**DIRECTIONS FOR THIS TASK:** Given the records below, would you repeat exactly the lines that begin at the one containing "#126=LINE('',#95,#25);" and end at the one containing "#132=ORIENTED_EDGE('',*,*,#35,.F.);", inclusive?

**MATERIAL FOR THIS TASK:**
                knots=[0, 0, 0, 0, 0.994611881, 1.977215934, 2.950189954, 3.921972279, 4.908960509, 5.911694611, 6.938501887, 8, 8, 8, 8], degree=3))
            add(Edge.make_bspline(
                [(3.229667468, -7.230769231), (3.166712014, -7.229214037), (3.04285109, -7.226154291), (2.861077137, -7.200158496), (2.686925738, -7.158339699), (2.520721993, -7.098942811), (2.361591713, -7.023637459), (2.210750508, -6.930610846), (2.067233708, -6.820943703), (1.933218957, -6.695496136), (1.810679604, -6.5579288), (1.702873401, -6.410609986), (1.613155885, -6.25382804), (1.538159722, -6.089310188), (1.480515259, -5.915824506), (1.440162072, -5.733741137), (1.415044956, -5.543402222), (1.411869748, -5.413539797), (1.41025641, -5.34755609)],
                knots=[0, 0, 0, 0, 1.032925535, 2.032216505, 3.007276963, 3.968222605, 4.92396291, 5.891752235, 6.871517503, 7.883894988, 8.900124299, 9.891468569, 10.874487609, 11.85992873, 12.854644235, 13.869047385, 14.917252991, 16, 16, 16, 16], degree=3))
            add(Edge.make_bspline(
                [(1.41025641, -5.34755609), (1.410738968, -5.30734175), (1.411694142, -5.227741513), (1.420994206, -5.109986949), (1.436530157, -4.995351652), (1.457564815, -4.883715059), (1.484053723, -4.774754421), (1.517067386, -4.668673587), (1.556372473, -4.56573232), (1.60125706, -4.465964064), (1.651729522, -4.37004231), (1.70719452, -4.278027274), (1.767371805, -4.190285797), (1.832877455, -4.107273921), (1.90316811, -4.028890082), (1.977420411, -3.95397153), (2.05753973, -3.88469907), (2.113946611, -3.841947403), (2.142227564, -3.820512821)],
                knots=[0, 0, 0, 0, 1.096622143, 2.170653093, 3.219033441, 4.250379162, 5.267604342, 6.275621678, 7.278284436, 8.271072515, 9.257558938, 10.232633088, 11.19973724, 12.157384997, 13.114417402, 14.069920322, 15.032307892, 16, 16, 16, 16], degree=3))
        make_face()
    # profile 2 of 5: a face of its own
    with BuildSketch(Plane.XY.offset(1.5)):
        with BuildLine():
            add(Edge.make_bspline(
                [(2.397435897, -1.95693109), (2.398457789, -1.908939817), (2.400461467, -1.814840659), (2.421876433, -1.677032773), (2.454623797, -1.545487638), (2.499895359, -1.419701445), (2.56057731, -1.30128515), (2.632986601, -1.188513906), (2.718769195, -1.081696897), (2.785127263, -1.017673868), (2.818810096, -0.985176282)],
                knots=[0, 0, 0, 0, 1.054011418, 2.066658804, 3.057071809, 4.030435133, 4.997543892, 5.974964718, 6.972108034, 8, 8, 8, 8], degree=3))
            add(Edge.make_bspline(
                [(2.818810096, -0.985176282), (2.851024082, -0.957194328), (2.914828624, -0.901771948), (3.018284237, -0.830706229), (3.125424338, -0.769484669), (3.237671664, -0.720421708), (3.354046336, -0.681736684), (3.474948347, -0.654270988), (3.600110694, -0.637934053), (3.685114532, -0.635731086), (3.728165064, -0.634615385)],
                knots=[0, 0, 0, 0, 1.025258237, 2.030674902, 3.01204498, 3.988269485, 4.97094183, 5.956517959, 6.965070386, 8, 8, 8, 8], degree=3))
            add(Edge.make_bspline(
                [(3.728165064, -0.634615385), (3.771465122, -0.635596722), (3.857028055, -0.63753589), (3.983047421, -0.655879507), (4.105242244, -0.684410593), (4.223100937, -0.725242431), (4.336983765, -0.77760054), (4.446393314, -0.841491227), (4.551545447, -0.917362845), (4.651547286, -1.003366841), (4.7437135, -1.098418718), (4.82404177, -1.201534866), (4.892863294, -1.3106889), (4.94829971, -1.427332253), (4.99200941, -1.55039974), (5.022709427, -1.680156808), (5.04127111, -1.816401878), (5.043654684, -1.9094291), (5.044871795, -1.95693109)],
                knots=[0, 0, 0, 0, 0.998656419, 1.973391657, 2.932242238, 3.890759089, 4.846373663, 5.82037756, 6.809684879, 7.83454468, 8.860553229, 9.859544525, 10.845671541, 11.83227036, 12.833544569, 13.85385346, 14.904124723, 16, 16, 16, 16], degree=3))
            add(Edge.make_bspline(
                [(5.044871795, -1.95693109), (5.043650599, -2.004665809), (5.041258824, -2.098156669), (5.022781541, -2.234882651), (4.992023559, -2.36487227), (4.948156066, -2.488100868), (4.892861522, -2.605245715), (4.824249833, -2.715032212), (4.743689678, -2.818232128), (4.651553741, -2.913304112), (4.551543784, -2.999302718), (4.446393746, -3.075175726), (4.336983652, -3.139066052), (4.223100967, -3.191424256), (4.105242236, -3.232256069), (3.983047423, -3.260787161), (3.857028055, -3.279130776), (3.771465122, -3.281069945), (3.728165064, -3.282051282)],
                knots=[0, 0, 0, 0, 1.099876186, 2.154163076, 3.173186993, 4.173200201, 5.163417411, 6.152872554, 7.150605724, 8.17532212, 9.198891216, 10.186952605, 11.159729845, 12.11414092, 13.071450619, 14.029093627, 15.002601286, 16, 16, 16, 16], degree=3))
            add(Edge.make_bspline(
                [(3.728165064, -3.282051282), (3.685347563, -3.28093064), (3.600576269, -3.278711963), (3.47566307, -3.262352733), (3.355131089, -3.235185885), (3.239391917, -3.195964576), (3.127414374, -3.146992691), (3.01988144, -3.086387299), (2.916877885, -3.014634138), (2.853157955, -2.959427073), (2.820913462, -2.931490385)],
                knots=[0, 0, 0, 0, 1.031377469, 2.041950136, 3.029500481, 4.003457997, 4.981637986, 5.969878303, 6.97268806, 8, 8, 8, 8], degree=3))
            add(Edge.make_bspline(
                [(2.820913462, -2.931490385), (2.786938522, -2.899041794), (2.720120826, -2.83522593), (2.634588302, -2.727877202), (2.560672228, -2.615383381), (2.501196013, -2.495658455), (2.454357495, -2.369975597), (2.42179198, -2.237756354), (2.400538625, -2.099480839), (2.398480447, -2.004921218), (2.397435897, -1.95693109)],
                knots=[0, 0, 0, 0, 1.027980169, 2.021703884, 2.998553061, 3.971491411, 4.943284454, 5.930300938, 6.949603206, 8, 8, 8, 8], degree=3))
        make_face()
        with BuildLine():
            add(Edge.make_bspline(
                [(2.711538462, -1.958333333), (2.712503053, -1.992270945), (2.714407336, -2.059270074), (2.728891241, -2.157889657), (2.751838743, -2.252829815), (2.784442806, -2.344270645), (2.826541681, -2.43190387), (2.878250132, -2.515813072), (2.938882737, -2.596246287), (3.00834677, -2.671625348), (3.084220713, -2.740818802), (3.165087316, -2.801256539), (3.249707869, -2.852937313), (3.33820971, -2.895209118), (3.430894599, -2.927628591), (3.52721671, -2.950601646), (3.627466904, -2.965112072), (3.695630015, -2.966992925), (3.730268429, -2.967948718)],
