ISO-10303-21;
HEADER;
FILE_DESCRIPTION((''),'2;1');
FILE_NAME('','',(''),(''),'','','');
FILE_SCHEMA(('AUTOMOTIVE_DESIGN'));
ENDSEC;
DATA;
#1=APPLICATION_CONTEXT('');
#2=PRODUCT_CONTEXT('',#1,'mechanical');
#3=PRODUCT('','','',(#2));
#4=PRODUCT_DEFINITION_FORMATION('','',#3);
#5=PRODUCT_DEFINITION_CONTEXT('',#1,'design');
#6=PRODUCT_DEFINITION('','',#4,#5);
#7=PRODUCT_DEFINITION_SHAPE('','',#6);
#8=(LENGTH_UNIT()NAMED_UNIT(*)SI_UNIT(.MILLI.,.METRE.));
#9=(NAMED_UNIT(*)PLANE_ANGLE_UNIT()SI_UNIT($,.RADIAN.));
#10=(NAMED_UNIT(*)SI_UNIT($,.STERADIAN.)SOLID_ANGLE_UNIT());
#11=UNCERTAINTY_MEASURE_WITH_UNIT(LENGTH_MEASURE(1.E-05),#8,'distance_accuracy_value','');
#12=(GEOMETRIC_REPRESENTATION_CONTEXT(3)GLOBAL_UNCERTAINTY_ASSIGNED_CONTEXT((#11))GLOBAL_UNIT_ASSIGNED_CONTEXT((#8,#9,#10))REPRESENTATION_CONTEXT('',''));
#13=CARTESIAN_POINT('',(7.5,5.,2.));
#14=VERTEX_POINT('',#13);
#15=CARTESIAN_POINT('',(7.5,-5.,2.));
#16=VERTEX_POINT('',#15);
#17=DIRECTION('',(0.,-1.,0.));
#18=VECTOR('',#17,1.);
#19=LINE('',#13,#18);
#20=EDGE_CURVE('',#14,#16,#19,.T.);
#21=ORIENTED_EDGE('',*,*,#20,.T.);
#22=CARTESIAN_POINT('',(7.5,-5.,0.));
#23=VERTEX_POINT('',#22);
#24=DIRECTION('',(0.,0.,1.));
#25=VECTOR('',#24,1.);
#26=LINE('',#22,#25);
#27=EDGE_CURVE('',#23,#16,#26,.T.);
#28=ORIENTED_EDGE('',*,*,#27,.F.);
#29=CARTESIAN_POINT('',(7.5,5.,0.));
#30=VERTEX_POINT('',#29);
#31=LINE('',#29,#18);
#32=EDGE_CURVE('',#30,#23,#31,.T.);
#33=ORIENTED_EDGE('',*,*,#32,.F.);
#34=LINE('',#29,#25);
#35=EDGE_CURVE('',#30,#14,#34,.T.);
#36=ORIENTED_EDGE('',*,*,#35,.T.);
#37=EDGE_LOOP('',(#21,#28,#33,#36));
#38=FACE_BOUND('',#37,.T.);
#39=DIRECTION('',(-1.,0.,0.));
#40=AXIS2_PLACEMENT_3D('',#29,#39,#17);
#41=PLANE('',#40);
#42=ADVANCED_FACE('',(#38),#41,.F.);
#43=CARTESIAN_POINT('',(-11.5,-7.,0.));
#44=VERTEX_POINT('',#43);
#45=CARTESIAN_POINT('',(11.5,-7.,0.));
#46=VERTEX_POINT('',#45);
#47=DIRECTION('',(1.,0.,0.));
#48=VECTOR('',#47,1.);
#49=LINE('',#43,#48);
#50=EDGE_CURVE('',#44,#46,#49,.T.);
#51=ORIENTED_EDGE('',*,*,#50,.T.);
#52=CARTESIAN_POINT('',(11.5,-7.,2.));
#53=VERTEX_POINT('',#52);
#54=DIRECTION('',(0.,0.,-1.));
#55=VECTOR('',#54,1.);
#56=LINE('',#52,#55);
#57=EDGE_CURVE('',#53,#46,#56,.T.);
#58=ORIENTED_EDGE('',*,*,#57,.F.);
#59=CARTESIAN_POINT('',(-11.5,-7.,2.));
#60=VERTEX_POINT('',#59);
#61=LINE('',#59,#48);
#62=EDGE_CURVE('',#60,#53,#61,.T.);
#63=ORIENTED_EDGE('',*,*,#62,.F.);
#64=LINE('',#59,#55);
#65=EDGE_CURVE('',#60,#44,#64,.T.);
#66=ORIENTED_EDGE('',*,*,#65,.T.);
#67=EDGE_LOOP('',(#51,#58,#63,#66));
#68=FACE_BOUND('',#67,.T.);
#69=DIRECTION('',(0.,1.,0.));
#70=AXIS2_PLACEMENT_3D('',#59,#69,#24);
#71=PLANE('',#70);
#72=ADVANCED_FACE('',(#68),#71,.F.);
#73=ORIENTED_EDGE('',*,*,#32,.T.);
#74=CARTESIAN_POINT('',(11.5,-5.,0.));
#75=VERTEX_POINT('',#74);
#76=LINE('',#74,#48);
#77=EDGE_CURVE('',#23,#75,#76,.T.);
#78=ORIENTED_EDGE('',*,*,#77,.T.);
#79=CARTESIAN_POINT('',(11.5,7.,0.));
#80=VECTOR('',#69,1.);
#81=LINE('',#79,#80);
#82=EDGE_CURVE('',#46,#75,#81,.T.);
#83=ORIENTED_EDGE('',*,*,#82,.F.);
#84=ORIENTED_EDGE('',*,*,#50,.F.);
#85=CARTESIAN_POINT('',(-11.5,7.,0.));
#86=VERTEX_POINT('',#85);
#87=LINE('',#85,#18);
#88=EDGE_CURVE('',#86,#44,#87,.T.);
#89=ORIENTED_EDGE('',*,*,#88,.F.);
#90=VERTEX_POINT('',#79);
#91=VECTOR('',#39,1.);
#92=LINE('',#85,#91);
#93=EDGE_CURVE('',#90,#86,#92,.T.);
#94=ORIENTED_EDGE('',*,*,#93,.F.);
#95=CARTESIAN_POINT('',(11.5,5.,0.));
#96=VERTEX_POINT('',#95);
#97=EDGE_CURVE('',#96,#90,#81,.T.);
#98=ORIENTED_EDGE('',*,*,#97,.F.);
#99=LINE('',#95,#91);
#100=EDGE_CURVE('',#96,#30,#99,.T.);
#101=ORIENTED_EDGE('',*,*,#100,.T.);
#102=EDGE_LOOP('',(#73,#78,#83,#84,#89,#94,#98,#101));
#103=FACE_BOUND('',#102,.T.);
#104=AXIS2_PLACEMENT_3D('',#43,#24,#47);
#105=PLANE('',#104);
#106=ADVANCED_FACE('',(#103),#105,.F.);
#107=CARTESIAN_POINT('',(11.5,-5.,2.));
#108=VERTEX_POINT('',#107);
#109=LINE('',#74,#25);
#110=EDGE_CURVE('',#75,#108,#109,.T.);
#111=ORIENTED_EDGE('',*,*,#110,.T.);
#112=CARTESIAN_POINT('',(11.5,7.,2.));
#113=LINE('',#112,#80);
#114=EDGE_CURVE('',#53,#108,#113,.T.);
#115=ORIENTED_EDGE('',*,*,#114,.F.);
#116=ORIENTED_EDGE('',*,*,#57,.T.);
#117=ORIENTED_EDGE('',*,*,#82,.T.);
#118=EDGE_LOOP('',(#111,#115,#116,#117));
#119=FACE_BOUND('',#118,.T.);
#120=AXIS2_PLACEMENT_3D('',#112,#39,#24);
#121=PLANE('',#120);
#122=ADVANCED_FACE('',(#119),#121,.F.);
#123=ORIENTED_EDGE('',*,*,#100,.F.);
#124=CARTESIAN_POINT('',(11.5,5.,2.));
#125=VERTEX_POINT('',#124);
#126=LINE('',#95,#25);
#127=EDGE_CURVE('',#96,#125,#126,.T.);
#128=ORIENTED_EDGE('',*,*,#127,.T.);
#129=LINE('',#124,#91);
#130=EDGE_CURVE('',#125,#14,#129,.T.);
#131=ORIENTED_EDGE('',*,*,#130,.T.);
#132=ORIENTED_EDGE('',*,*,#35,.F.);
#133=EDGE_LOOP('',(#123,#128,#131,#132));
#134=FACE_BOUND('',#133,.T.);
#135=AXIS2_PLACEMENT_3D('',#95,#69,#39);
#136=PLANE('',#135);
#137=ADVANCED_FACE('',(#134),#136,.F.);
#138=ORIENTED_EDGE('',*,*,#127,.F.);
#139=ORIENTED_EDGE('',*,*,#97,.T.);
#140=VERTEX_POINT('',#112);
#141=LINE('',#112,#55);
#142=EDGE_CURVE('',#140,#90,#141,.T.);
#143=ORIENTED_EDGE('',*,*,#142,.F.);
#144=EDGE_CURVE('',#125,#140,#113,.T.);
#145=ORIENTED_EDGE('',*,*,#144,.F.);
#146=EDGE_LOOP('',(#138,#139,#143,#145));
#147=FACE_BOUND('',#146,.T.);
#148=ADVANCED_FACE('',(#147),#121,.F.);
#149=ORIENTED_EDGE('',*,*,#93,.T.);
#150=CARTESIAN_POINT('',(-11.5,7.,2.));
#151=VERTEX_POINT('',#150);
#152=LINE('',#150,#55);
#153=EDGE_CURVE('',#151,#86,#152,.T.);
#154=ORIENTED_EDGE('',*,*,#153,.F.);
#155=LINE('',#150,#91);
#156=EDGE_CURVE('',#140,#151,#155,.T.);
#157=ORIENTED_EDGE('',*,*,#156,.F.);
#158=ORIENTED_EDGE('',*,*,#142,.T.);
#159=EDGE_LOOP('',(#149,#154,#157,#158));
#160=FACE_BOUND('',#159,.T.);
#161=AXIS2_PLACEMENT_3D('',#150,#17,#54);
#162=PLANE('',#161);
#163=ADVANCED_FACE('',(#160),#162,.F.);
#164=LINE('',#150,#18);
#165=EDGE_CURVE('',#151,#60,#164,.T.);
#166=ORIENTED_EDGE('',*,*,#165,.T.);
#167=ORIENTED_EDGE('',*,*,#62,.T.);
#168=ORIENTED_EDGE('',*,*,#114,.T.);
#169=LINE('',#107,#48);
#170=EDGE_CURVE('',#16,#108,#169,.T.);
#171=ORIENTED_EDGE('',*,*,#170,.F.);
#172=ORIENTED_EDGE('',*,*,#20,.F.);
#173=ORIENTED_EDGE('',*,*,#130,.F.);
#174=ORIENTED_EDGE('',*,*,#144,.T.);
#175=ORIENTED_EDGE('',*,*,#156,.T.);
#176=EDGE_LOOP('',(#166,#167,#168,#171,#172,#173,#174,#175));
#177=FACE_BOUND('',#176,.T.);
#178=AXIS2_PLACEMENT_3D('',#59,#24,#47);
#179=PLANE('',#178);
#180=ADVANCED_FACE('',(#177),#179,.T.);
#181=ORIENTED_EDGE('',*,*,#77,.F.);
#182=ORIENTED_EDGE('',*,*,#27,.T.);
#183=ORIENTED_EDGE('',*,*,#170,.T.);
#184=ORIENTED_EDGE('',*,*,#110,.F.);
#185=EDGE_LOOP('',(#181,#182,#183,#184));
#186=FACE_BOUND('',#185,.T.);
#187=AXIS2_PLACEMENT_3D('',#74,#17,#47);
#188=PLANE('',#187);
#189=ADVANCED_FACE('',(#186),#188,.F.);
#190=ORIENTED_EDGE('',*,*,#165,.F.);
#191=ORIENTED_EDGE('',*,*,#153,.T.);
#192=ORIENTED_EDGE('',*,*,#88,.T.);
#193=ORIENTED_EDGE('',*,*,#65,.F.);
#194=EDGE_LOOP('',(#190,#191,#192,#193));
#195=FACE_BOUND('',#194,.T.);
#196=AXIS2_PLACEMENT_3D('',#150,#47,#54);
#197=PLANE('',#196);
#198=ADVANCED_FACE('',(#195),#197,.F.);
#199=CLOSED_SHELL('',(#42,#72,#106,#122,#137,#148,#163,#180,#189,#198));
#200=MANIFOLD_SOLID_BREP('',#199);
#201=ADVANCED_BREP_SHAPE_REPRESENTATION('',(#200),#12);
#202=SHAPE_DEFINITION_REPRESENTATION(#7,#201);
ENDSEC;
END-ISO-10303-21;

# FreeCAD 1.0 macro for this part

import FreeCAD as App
import Part
import Sketcher

V = App.Vector

doc = App.newDocument("Part")
body = doc.addObject("PartDesign::Body", "Body")

# Sketch on XY plane
sketch1 = doc.addObject("Sketcher::SketchObject", "Sketch")
body.addObject(sketch1)
sketch1.AttachmentSupport = (doc.XY_Plane, [""])
sketch1.MapMode = "FlatFace"
sketch1.addGeometry([
    Part.LineSegment(V(-12, 7, 0), V(-12, -7, 0)),
    Part.LineSegment(V(-12, -7, 0), V(12, -7, 0)),
    Part.LineSegment(V(12, -7, 0), V(12, 7, 0)),
    Part.LineSegment(V(12, 7, 0), V(-12, 7, 0)),
], False)
sketch1.addConstraint([
    Sketcher.Constraint("Coincident", 0, 2, 1, 1),
    Sketcher.Constraint("Coincident", 1, 2, 2, 1),
    Sketcher.Constraint("Coincident", 2, 2, 3, 1),
    Sketcher.Constraint("Coincident", 3, 2, 0, 1),
    Sketcher.Constraint("Vertical", 0),
    Sketcher.Constraint("Horizontal", 1),
    Sketcher.Constraint("Vertical", 2),
    Sketcher.Constraint("Horizontal", 3),
    Sketcher.Constraint("Symmetric", 0, 2, 2, 2, -1, 1),
    Sketcher.Constraint("DistanceX", 1, 1, 1, 2, 23.0),
    Sketcher.Constraint("DistanceY", 0, 2, 0, 1, 14.0),
])
pad1 = doc.addObject("PartDesign::Pad", "Pad")
body.addObject(pad1)
pad1.Profile = sketch1
pad1.Length = 2

# Sketch on XY plane
sketch2 = doc.addObject("Sketcher::SketchObject", "Sketch001")
body.addObject(sketch2)
sketch2.AttachmentSupport = (doc.XY_Plane, [""])
sketch2.MapMode = "FlatFace"
sketch2.AttachmentOffset = App.Placement(V(0, 0, 2), App.Rotation())
sketch2.addGeometry([
    Part.LineSegment(V(7.5, 5, 0), V(7.5, -5, 0)),
    Part.LineSegment(V(7.5, -5, 0), V(11.5, -5, 0)),
    Part.LineSegment(V(11.5, -5, 0), V(11.5, 5, 0)),
    Part.LineSegment(V(11.5, 5, 0), V(7.5, 5, 0)),
], False)
sketch2.addConstraint([
    Sketcher.Constraint("Coincident", 0, 2, 1, 1),
    Sketcher.Constraint("Coincident", 1, 2, 2, 1),
    Sketcher.Constraint("Coincident", 2, 2, 3, 1),
    Sketcher.Constraint("Coincident", 3, 2, 0, 1),
    Sketcher.Constraint("Vertical", 0),
    Sketcher.Constraint("Horizontal", 1),
    Sketcher.Constraint("Vertical", 2),
    Sketcher.Constraint("Horizontal", 3),
    Sketcher.Constraint("DistanceX", 1, 1, 1, 2, 4.0),
    Sketcher.Constraint("DistanceY", 0, 2, 0, 1, 10.0),
    Sketcher.Constraint("DistanceY", 0, 2, -1, 1, 5.0),
    Sketcher.Constraint("DistanceX", -1, 1, 0, 2, 7.5),
])
pocket1 = doc.addObject("PartDesign::Pocket", "Pocket")
body.addObject(pocket1)
pocket1.Profile = sketch2
pocket1.Length = 2

doc.recompute()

**SOLUTION TO THIS EXERCISE:**
#126=LINE('',#95,#25);
#127=EDGE_CURVE('',#96,#125,#126,.T.);
#128=ORIENTED_EDGE('',*,*,#127,.T.);
#129=LINE('',#124,#91);
#130=EDGE_CURVE('',#125,#14,#129,.T.);
#131=ORIENTED_EDGE('',*,*,#130,.T.);
#132=ORIENTED_EDGE('',*,*,#35,.F.);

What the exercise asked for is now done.